Na Praça da Alegria minha mãe fez amizades para a eternidade - se existir uma vida após a morte, com certeza todas as amigas da minha mãe estão fazendo o maior sucesso no céu. Eram inúmeras as amigas: de conversas, dos passeios diários na Rua Grande, do trabalho, das missas dominicais e de ouvir as suas reclamações dos longos sermões dos padres. Porém os assuntos entre elas eram comentados com muita alegria. Enumerar todas as suas amigas é uma tarefa quase impossível, foram tantas, mas aqui gostaria de citar Amélia, dona Vitória Libério, dona Maria, a mãe de Maria do Carmo, Maria Lídia, Lurdinha e Fátima, dona Maria Goes, dona Francisquinha, dona Nair Garcês, e muitas e muitas amizades formadas na Praça da Alegria e no seu convívio social.
A grande habilidade da minha mãe, além da habilidade de ensinar, era a de conversar e de fazer amizades, porém, não tinha vocação para a cozinha, minha mãe não sabia fritar um ovo ou passar um café.
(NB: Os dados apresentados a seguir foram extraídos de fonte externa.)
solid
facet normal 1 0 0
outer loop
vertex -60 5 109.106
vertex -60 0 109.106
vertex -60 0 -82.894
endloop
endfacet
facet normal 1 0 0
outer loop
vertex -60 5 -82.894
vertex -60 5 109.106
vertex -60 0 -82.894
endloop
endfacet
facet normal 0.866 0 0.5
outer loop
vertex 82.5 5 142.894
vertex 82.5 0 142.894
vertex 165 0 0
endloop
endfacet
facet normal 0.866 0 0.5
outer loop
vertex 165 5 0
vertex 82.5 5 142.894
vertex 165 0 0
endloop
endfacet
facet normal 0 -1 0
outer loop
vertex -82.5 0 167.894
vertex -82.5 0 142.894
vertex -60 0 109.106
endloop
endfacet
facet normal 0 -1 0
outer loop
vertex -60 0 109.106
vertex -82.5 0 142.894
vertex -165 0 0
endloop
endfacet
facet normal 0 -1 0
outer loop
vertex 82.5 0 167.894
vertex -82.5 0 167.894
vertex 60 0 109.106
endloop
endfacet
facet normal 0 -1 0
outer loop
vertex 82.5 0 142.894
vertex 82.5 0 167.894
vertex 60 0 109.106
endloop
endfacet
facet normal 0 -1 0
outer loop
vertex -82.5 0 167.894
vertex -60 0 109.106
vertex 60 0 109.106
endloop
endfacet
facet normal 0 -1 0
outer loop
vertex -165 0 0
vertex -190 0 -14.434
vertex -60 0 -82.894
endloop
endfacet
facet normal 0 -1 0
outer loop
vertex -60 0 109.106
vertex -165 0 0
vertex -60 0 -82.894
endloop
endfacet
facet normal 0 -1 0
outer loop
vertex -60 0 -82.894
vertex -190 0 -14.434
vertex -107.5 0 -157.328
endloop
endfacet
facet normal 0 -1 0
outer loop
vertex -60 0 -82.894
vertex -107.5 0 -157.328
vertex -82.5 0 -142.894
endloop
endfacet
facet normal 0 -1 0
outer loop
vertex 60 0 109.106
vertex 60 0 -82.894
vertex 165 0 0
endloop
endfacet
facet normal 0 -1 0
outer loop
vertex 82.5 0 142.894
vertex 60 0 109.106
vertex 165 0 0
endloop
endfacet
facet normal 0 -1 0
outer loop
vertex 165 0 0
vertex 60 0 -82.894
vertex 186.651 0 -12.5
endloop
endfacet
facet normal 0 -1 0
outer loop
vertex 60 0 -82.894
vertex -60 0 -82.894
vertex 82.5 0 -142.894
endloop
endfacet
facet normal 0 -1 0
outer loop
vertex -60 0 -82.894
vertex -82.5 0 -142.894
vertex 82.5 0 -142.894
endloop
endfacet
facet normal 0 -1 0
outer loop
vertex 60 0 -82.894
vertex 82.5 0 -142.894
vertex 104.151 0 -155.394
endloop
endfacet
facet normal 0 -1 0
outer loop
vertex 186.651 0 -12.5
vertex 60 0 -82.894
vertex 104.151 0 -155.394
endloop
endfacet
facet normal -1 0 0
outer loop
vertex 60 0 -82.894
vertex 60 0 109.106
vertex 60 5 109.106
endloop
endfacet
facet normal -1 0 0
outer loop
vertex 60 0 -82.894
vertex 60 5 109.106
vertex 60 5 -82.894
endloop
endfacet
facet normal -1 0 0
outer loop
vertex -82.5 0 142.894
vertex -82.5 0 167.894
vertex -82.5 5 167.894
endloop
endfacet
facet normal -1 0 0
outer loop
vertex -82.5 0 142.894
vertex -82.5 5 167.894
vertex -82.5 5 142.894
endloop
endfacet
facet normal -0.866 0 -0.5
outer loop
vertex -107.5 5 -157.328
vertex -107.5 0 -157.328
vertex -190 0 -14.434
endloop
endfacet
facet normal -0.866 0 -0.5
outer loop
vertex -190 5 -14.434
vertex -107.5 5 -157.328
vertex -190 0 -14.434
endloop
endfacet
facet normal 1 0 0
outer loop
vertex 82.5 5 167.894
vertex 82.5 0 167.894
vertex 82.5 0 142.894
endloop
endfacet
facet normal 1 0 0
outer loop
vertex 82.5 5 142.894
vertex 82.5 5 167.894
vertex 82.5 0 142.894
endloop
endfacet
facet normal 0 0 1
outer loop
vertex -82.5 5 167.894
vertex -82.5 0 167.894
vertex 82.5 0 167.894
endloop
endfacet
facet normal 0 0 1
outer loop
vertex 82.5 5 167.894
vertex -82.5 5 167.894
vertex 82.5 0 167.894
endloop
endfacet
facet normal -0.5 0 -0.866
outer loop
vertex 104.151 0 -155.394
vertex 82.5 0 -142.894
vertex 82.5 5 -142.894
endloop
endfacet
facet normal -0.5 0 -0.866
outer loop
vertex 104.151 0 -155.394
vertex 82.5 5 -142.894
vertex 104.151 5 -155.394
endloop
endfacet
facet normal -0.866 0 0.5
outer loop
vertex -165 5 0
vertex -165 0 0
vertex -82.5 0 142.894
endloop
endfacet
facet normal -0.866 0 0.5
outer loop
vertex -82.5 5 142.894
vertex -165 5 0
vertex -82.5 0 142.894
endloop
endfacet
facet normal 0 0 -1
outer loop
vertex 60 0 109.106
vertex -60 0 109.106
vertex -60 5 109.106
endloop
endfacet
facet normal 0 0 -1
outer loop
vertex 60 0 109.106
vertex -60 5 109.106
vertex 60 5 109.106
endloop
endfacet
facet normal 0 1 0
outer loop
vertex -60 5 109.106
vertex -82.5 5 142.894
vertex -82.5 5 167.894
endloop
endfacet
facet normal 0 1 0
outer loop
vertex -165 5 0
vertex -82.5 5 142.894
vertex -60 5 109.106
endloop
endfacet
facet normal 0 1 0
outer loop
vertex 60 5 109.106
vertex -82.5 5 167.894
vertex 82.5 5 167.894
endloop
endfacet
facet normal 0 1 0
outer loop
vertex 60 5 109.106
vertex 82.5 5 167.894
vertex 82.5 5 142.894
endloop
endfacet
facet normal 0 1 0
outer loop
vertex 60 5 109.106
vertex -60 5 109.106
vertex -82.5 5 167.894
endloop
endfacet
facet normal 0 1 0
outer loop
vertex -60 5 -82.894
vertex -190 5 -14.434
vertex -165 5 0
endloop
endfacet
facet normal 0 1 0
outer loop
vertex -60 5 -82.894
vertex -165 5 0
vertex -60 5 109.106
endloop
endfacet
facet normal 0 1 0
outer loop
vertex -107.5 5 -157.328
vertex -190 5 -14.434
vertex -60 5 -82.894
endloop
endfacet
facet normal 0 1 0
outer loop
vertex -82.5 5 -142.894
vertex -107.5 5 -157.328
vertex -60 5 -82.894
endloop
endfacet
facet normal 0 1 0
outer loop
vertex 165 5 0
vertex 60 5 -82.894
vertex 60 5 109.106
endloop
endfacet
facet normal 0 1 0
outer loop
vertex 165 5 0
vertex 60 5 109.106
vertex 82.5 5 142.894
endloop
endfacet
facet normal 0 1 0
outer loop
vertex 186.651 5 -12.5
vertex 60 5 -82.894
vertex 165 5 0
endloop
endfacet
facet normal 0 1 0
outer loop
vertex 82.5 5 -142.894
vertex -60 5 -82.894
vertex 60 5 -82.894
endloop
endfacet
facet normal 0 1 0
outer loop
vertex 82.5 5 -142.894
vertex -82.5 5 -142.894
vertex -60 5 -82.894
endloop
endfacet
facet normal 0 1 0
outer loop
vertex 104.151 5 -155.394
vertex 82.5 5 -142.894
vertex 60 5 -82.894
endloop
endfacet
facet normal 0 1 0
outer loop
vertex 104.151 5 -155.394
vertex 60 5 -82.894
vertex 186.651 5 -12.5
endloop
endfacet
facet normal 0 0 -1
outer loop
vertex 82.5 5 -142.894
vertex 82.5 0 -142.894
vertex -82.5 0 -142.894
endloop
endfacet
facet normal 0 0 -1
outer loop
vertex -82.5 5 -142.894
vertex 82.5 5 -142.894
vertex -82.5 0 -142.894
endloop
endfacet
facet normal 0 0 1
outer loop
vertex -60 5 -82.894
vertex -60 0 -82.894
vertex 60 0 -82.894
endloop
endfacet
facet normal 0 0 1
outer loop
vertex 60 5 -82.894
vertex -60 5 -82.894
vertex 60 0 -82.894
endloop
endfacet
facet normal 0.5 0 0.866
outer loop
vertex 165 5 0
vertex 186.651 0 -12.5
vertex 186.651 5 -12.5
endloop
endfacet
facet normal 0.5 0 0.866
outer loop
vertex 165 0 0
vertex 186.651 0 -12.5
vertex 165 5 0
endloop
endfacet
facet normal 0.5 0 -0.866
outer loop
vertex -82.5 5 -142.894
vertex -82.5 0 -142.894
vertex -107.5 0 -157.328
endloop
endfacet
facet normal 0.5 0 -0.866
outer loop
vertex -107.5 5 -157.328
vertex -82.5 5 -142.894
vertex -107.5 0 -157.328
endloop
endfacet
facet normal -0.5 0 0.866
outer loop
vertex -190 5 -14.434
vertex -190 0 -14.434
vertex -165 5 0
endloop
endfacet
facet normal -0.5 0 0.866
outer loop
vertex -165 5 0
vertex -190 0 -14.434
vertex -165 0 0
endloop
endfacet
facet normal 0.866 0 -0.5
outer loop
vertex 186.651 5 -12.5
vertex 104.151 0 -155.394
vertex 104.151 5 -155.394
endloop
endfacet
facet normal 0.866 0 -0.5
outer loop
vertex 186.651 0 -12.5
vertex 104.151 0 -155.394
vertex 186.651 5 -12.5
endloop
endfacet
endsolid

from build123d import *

# Parameters (mm, degrees)
SKETCH1_W           = 120
SKETCH1_H           = 192
SKETCH1_W_2         = 165
SKETCH1_H_2         = 25
BOSS_EXTRUDE2_DEPTH = 5


with BuildPart() as part:
    # Sketch1 → Boss-Extrude2 (new body)
    with BuildSketch(Plane(origin=(0, 0, 0), x_dir=(1, 0, 0), z_dir=(0, 1, 0))):
        Polygon((-165, 0), (-82.5, -142.894191624), (82.5, -142.894191624), (165, 0), (82.5, 142.894191624), (-82.5, 142.894191624), align=None)
        with Locations((0, -13.105808376)):
            Rectangle(SKETCH1_W, SKETCH1_H, mode=Mode.SUBTRACT)
        Polygon((-82.5, 142.894191624), (-107.5, 157.327948354), (-190, 14.43375673), (-165, 0), align=None)
        Polygon((104.150635095, 155.394191624), (186.650635095, 12.5), (165, 0), (82.5, 142.894191624), align=None)
        with Locations((0, -155.394191624)):
            Rectangle(SKETCH1_W_2, SKETCH1_H_2)
    extrude(amount=BOSS_EXTRUDE2_DEPTH)


solid = part.part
Certa vez a nossa secretária Crisálida tirou as suas merecidas férias e partiu para Bacabal; no dia seguinte a minha mãe se aventurou em passar um café, simplesmente ela não sabia ligar o fogão e foi para a porta da rua pedir ao primeiro que passasse que ligasse o fogão e lhe ensinasse a passar o café.
Gostava de política e nos ensinou a gostar de política, e na época da campanha eleitoral, costumava baixar o som da televisão, quando algum candidato surgia na tela para falar do seu candidato preferido. Dizia que o candidato oponente ao seu estava de castigo.
Dona Helena era a festa e o social em pessoa, tomava a frente de tudo, das compras de casa e da vida dos filhos. Tudo era comemorado na nossa casa, mesmo a contragosto do meu pai, um sertanejo duro e tímido nas suas expressões emocionais. Minha mãe, a Rainha da Casa, determinava as comemorações.
Helena se despediu da vida como sempre desejou, dormindo sem dor ou sofrimento, e quem a viu primeiro partindo desta vida, notou um sorriso de despedida no seu rosto. Eu tive a felicidade de ver minha mãe partindo para o céu, sorrindo e feliz como foi, durante a sua vida neste plano terrestre.